Not matter what the reviews said, the Star Trek film series continued at warp speed. The next installments were Star Trek VI: The Undiscovered Country (1991) and then Star Trek Generations (1993). In Generations, the members of the original Star Trek hand the franchise baton to the cast of the spin-off series Star Trek: The Next Generation. At the beginning of the film, Kirk is believed to have died trying to save the new version of the U.S.S. Enterprise from total destruction. He is later found inside a strange place called the nexus by Jean-Luc Picard (Patrick Stewart), the captain of the Enterprise from a later time. Together they tried to stop a villain named Soran from setting off a bomb that would wipe out a sun and an entire solar system with it. But, unfortunately, Kirk died while completing this mission.
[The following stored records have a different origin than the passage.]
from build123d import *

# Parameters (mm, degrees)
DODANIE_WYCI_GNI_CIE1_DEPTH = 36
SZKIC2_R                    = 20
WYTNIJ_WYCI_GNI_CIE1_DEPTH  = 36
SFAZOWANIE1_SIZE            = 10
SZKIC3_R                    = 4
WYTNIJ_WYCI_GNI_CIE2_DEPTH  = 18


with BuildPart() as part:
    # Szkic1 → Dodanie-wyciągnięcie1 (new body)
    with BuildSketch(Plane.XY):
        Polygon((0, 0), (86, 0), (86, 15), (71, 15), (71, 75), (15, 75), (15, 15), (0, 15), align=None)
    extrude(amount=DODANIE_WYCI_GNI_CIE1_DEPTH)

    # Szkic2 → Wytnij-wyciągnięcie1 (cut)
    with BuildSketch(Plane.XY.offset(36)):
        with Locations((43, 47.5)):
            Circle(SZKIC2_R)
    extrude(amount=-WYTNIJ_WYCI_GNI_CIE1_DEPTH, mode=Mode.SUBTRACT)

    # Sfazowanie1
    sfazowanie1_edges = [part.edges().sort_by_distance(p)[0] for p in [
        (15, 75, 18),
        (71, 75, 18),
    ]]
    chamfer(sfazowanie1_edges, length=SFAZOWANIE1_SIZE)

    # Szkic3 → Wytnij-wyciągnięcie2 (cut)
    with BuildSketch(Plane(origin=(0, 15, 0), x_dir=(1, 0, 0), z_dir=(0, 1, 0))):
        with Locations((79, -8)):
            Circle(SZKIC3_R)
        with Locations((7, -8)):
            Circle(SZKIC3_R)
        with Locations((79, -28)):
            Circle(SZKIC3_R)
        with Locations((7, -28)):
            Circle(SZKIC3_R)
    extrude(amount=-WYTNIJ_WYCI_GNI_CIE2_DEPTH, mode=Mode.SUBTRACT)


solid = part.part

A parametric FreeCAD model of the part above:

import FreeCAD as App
import Part
import Sketcher

V = App.Vector
Q = App.Units.Quantity


def edges_at(feature, points):
    """Names of the edges that pass closest to the given points."""
    edges = feature.Shape.Edges
    near = lambda p: min(range(len(edges)), key=lambda i: edges[i].distToShape(Part.Vertex(*p))[0])
    return sorted({f"Edge{near(p) + 1}" for p in points})


def add_polygon(sketch, points):
    """Adds a closed chain of lines whose ends are joined by coincident constraints."""
    first, n = sketch.GeometryCount, len(points)
    for a, b in zip(points, points[1:] + points[:1]):
        sketch.addGeometry(Part.LineSegment(App.Vector(*a, 0), App.Vector(*b, 0)), False)
    for i in range(n):
        sketch.addConstraint(Sketcher.Constraint("Coincident", first + i, 2, first + (i + 1) % n, 1))

doc = App.newDocument("Part")
body = doc.addObject("PartDesign::Body", "Body")

# Sketch on XY plane
sketch1 = body.newObject("Sketcher::SketchObject", "Sketch")
sketch1.AttachmentSupport = (doc.getObject("XY_Plane"), [""])
sketch1.MapMode = "FlatFace"
add_polygon(sketch1, [(0, 0), (86, 0), (86, 15), (71, 15), (71, 75), (15, 75), (15, 15), (0, 15)])  # lines 0-7
sketch1.addConstraint([
    Sketcher.Constraint("Horizontal", 0),
    Sketcher.Constraint("Vertical", 1),
    Sketcher.Constraint("Horizontal", 2),
    Sketcher.Constraint("Vertical", 3),
    Sketcher.Constraint("Horizontal", 4),
    Sketcher.Constraint("Vertical", 5),
    Sketcher.Constraint("Horizontal", 6),
    Sketcher.Constraint("Vertical", 7),
    Sketcher.Constraint("Coincident", 7, 2, -1, 1),
    Sketcher.Constraint("Horizontal", 2, 2, 5, 2),
    Sketcher.Constraint("Equal", 2, 6),
    Sketcher.Constraint("Equal", 6, 1),
    Sketcher.Constraint("DistanceX", 0, 1, 0, 2, Q("86 mm")),
    Sketcher.Constraint("DistanceX", 2, 2, 2, 1, Q("15 mm")),
    Sketcher.Constraint("DistanceY", 3, 1, 3, 2, Q("60 mm")),
])
pad1 = body.newObject("PartDesign::Pad", "Pad")
pad1.Profile = sketch1
pad1.Length = 36

# Sketch on XY plane
sketch2 = body.newObject("Sketcher::SketchObject", "Sketch001")
sketch2.AttachmentSupport = (doc.getObject("XY_Plane"), [""])
sketch2.MapMode = "FlatFace"
sketch2.AttachmentOffset = App.Placement(V(0, 0, 36), App.Rotation())
sketch2.addGeometry(Part.Circle(V(43, 47.5, 0), V(0, 0, 1), 20), False)
sketch2.addConstraint([
    Sketcher.Constraint("Diameter", 0, Q("40 mm")),
    Sketcher.Constraint("DistanceX", -1, 1, 0, 3, Q("43 mm")),
    Sketcher.Constraint("DistanceY", -1, 1, 0, 3, Q("47.5 mm")),
])
pocket1 = body.newObject("PartDesign::Pocket", "Pocket")
pocket1.Profile = sketch2
pocket1.Length = 36
doc.recompute()

chamfer = body.newObject("PartDesign::Chamfer", "Chamfer")
chamfer.Base = (pocket1, edges_at(pocket1, [(15, 75, 18), (71, 75, 18)]))
chamfer.Size = 10

# Sketch on XZ plane
sketch3 = body.newObject("Sketcher::SketchObject", "Sketch002")
sketch3.AttachmentSupport = (doc.getObject("XZ_Plane"), [""])
sketch3.MapMode = "FlatFace"
sketch3.AttachmentOffset = App.Placement(V(0, 0, -15), App.Rotation())
sketch3.addGeometry([
    Part.Circle(V(79, 8, 0), V(0, 0, 1), 4),
    Part.Circle(V(7, 8, 0), V(0, 0, 1), 4),
    Part.Circle(V(79, 28, 0), V(0, 0, 1), 4),
    Part.Circle(V(7, 28, 0), V(0, 0, 1), 4),
], False)
sketch3.addConstraint([
    Sketcher.Constraint("Equal", 0, 1),
    Sketcher.Constraint("Equal", 1, 2),
    Sketcher.Constraint("Equal", 2, 3),
    Sketcher.Constraint("Horizontal", 0, 3, 1, 3),
    Sketcher.Constraint("Horizontal", 2, 3, 3, 3),
    Sketcher.Constraint("Vertical", 0, 3, 2, 3),
    Sketcher.Constraint("Vertical", 1, 3, 3, 3),
    Sketcher.Constraint("Diameter", 0, Q("8 mm")),
    Sketcher.Constraint("DistanceX", -1, 1, 0, 3, Q("79 mm")),
    Sketcher.Constraint("DistanceY", -1, 1, 0, 3, Q("8 mm")),
    Sketcher.Constraint("DistanceX", -1, 1, 1, 3, Q("7 mm")),
    Sketcher.Constraint("DistanceY", -1, 1, 2, 3, Q("28 mm")),
])
pocket2 = body.newObject("PartDesign::Pocket", "Pocket001")
pocket2.Profile = sketch3
pocket2.Length = 18
pocket2.Reversed = True

doc.recompute()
With the character of Kirk at an end, Shatner moved forward in new directions. He appeared as a beauty pageant host on Miss Congeniality (2000) and its sequel Miss Congeniality 2 (2005) with Sandra Bullock. In 2003, Shatner made a guest appearance as a talented, but eccentric lawyer on The Practice. His turn as Denny Crane brought him his first Emmy Award for Outstanding Guest Actor in a Drama Series in 2004. He had been previously nominated for his guest appearance on the science fiction sitcom 3rd Rock from the Sun in 1999.
The Practice creator David E. Kelley created a spin-off series, Boston Legal, featuring Shatner's character Denny Crane in 2004. Law partner and master litigator Crane acts as a mentor of sorts to Alan Shore (played by James Spader). For his work on the series, Shatner won his second Emmy—this time for Outstanding Supporting Actor in a Drama Series—in 2005. Two nominations in this category followed in 2006 and in 2007.
In 2008, Shatner began work on Shatner's Raw Nerve a celebrity interview program on the Biography Channel. During the show's run, Shatner has spoken with a variety of guests, including Valerie Bertinelli, Rush Limbaugh and Jenna Jameson. In addition to hosting Raw Nerve, Shatner is working on another Biography Channel project entitled Aftermath with William Shatner. The program, which is slated to air in the summer of 2010, focuses on the stories of ordinary citizens who became overnight celebrities. Also in 2010, Shatner will star in the CBS sitcom $#*! My Dad Says, a show based on a Twitter feed of the same name.
In addition to acting, Shatner has experienced great success as an author. During the writers' strike of 1987, he transformed a screenplay idea into a novel. The result was TekWar (1989), a work of science fiction featuring a middle-aged private detective working in the twenty-second century. More Tek titles followed and were later adapted for television. More recently, Shatner has worked with Judith and Garfield Reeves-Stevens to create a series of Star Trek novels.
Also a veteran of nonfiction, Shatner co-authored Star Trek Memories (1993) and Star Trek Movie Memories (1994) with Chris Kreski. He and Kreski also worked together on Get a Life! (1999), a look at the whole Star Trek fan phenomenon. His most recent work is Up Till Now: The Autobiography (2008) with David Fisher.
His personal life has been filled with many ups and downs. From 1956 to 1969, he was married to Canadian actress Gloria Rand. The couple had three children together. Shatner married actress Marcy Lafferty in 1973. That marriage ended in divorce in 1996. Shortly thereafter, he married model Nerine Kidd. Kidd's life came to a tragic end in 1999. She accidentally drowned in a pool at the Shatners' home in Studio City, California. After such a tragic loss, Shatner was able to find happiness with Elizabeth J. Martin, a horse breeder. The couple married in 2001. As part of his own love of horses, Shatner started the annual Hollywood Charity Horse Show to raise funds for children's charities in 1990.